# Question About the Drive Belt on My Logan 200



## Fairbanks (Oct 26, 2014)

Looking for your recommendations.  I need to replace the drive belt on my Logan 200.  I have ordered the NAPA Micro-V AT 25-080400.  What are the pros and cons for using this or an old style belt?  My main objective here is quiet and reliable.

Thanks!


----------



## Terrywerm (Oct 26, 2014)

I am using the very belt that you just ordered and I have been very pleased with it. On the other hand the  tick - tick - tick of a metal lace crossing the pulleys never bothered me, but the multigroove belt works well and is quieter.  The only con about using the rubber belt is that you have to remove the spindle from the lathe to change the belt.

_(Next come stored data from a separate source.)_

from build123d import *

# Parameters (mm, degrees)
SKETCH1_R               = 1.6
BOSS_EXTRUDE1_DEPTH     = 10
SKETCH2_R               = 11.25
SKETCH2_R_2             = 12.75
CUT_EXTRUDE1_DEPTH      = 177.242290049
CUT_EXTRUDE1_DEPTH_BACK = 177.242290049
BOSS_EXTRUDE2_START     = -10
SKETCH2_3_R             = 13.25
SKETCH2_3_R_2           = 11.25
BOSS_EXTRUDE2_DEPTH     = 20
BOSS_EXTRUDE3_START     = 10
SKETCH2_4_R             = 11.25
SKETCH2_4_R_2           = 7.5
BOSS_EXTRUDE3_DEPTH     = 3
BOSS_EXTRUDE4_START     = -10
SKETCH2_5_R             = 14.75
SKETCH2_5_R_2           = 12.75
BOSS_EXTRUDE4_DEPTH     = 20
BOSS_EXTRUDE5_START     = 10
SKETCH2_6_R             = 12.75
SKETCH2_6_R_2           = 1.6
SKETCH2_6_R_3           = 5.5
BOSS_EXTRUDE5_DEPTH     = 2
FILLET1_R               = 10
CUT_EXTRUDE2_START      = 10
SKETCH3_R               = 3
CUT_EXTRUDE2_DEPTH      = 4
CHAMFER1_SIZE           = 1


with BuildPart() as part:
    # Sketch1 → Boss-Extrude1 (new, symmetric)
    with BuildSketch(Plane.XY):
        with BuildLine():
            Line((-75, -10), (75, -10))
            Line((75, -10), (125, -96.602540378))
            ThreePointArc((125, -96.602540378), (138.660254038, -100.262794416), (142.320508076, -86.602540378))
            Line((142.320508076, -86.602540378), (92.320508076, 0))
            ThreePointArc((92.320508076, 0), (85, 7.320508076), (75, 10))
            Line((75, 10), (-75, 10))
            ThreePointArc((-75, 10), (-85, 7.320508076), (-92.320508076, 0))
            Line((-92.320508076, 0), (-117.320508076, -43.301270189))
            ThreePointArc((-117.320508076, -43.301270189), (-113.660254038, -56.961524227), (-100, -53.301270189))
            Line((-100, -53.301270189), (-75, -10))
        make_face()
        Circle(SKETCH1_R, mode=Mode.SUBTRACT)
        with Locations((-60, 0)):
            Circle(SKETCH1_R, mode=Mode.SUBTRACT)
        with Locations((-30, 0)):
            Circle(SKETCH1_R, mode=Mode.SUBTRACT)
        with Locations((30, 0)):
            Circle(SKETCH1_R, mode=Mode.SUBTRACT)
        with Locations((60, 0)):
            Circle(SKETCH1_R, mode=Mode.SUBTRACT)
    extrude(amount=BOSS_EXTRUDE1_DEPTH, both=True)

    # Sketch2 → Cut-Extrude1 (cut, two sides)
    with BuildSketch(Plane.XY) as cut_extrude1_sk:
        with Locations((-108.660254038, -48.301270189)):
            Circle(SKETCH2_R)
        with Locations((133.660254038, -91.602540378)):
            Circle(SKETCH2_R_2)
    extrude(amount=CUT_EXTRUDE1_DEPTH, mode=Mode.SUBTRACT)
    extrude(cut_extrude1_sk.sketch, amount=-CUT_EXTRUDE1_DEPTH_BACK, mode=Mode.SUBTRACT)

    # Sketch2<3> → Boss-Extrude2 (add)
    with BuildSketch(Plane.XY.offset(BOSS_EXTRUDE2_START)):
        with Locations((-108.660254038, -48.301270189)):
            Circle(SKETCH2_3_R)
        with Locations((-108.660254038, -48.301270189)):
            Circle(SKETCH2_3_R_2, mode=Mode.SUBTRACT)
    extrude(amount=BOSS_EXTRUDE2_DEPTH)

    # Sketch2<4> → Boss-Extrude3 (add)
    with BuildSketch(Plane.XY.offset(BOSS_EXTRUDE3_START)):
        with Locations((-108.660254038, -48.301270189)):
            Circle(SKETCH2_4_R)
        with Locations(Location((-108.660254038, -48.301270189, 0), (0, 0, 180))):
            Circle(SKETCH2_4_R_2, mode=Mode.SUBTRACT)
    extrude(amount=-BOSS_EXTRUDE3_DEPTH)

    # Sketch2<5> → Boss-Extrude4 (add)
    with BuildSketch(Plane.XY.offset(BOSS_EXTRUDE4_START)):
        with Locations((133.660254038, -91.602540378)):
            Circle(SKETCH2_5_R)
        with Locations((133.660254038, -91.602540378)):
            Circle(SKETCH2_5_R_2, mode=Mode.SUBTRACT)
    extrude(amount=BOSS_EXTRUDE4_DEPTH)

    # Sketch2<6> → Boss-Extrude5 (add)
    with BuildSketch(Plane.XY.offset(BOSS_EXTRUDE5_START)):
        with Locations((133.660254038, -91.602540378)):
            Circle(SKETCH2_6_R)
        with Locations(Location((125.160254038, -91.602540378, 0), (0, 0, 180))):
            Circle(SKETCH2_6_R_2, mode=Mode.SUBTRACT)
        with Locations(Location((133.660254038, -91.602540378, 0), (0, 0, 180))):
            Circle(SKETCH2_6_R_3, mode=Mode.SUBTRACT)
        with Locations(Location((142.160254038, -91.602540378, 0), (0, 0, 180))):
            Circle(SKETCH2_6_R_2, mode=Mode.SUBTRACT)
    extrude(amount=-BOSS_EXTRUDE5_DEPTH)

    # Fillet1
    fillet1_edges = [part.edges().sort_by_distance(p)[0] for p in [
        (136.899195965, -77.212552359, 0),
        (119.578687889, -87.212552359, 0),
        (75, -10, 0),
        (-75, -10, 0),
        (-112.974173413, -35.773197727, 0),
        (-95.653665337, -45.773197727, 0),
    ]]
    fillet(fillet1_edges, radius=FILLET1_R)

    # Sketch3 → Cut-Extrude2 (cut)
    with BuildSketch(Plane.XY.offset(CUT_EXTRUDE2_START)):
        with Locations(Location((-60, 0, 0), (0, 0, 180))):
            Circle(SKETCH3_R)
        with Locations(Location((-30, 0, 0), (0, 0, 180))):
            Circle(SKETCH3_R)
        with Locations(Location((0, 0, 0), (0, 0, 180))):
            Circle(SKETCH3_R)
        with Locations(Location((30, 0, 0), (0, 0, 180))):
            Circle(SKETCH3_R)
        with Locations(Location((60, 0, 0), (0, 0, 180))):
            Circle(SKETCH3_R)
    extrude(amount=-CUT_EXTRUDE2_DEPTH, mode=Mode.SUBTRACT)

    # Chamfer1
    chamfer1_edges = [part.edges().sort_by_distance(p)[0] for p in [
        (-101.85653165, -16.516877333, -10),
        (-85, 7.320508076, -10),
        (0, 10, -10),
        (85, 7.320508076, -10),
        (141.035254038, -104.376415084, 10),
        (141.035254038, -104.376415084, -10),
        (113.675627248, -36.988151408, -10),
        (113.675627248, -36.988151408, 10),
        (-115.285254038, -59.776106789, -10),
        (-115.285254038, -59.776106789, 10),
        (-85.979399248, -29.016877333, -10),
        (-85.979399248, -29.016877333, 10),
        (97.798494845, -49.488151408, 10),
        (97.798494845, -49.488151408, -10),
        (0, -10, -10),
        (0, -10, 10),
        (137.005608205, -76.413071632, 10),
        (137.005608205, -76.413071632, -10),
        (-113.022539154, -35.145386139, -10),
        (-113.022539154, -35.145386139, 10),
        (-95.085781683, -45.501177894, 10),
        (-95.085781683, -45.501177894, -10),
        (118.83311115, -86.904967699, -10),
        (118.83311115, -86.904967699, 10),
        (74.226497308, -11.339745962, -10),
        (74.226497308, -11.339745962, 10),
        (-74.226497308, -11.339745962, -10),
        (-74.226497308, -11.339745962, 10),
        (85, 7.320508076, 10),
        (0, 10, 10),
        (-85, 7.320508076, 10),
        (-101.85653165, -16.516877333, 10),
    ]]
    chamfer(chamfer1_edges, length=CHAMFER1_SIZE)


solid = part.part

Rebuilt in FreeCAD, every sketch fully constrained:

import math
import FreeCAD as App
import Part
import Sketcher

V = App.Vector
Q = App.Units.Quantity


def edges_at(feature, points):
    """Names of the edges that pass closest to the given points."""
    edges = feature.Shape.Edges
    near = lambda p: min(range(len(edges)), key=lambda i: edges[i].distToShape(Part.Vertex(*p))[0])
    return sorted({f"Edge{near(p) + 1}" for p in points})

doc = App.newDocument("Part")
params = doc.addObject("Spreadsheet::Sheet", "Params")
for row, (alias, value) in enumerate([
    ("sketch1_radius", "10 mm"),
    ("sketch1_diameter", "3.2 mm"),
    ("sketch1_width", "150 mm"),
    ("sketch1_length", "100 mm"),
    ("sketch1_length2", "50 mm"),
    ("pad1_length", "20 mm"),
    ("sketch2_diameter", "22.5 mm"),
    ("sketch2_diameter2", "25.5 mm"),
    ("sketch3_diameter", "26.5 mm"),
    ("sketch3_diameter2", "22.5 mm"),
    ("pad2_length", "20 mm"),
    ("sketch4_diameter", "15 mm"),
    ("sketch4_diameter2", "22.5 mm"),
    ("pad3_length", "3 mm"),
    ("sketch5_diameter", "29.5 mm"),
    ("sketch5_diameter2", "25.5 mm"),
    ("pad4_length", "20 mm"),
    ("sketch6_diameter", "11 mm"),
    ("sketch6_diameter2", "25.5 mm"),
    ("sketch6_diameter3", "3.2 mm"),
    ("pad5_length", "2 mm"),
    ("fillet_radius", "10 mm"),
    ("sketch7_diameter", "6 mm"),
    ("pocket2_length", "4 mm"),
    ("chamfer_size", "1 mm"),
], start=1):
    params.set(f"A{row}", alias)
    params.set(f"B{row}", "=" + value)
    params.setAlias(f"B{row}", alias)

body = doc.addObject("PartDesign::Body", "Body")

# Sketch on XY plane
sketch1 = doc.addObject("Sketcher::SketchObject", "Sketch")
body.addObject(sketch1)
sketch1.AttachmentSupport = (doc.XY_Plane, [""])
sketch1.MapMode = "FlatFace"
sketch1.addGeometry(Part.LineSegment(V(-75, -10, 0), V(75, -10, 0)), False)
sketch1.addGeometry(Part.LineSegment(V(75, -10, 0), V(125, -96.6, 0)), False)
sketch1.addGeometry(Part.ArcOfCircle(Part.Circle(V(133.7, -91.6, 0), V(0, 0, 1), 10), math.radians(-150), math.radians(30)), False)
sketch1.addGeometry(Part.LineSegment(V(142.3, -86.6, 0), V(92.3, 0, 0)), False)
sketch1.addGeometry(Part.ArcOfCircle(Part.Circle(V(75, -10, 0), V(0, 0, 1), 20), math.radians(30), math.radians(90)), False)
sketch1.addGeometry(Part.LineSegment(V(75, 10, 0), V(-75, 10, 0)), False)
sketch1.addGeometry(Part.ArcOfCircle(Part.Circle(V(-75, -10, 0), V(0, 0, 1), 20), math.radians(90), math.radians(150)), False)
sketch1.addGeometry(Part.LineSegment(V(-92.3, 0, 0), V(-117.3, -43.3, 0)), False)
sketch1.addGeometry(Part.ArcOfCircle(Part.Circle(V(-108.7, -48.3, 0), V(0, 0, 1), 10), math.radians(150), math.radians(330)), False)
sketch1.addGeometry(Part.LineSegment(V(-100, -53.3, 0), V(-75, -10, 0)), False)
sketch1.addGeometry(Part.Circle(V(-60, 0, 0), V(0, 0, 1), 1.6), False)
sketch1.addGeometry(Part.Circle(V(-30, 0, 0), V(0, 0, 1), 1.6), False)
sketch1.addGeometry(Part.Circle(V(0, 0, 0), V(0, 0, 1), 1.6), False)
sketch1.addGeometry(Part.Circle(V(30, 0, 0), V(0, 0, 1), 1.6), False)
sketch1.addGeometry(Part.Circle(V(60, 0, 0), V(0, 0, 1), 1.6), False)
sketch1.addConstraint(Sketcher.Constraint("Coincident", 0, 2, 1, 1))
sketch1.addConstraint(Sketcher.Constraint("Tangent", 1, 2, 2, 1))
sketch1.addConstraint(Sketcher.Constraint("Tangent", 2, 2, 3, 1))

Luckily that is something that does not need to be done very often.  I do think the rubber belt is a little less prone to slipping than the leather belt, too.


----------



## Redlineman (Oct 26, 2014)

Hey;

TONS of info on this everywhere you look, be it here, or on other machine sites. Virtually any 200/800 series rebuild thread will speak of it. Assuming you got the right size (I further assume that is a 40" belt), you will like it.


----------



## Mister Ed (Oct 26, 2014)

Should be fine. 8 rib K belt will be 1.12". I went with a 10 rib J series @ .92" width. I was doing some heavy turning in 4140 last week and did manage to stall ... but I was taking way more cut that I should have been.

It is way better than the endless belt that Logan sells. With one of those on, I had to keep a can of belt dressing near by.


----------



## Fairbanks (Oct 27, 2014)

Just the feedback I needed, Thanks!!


----------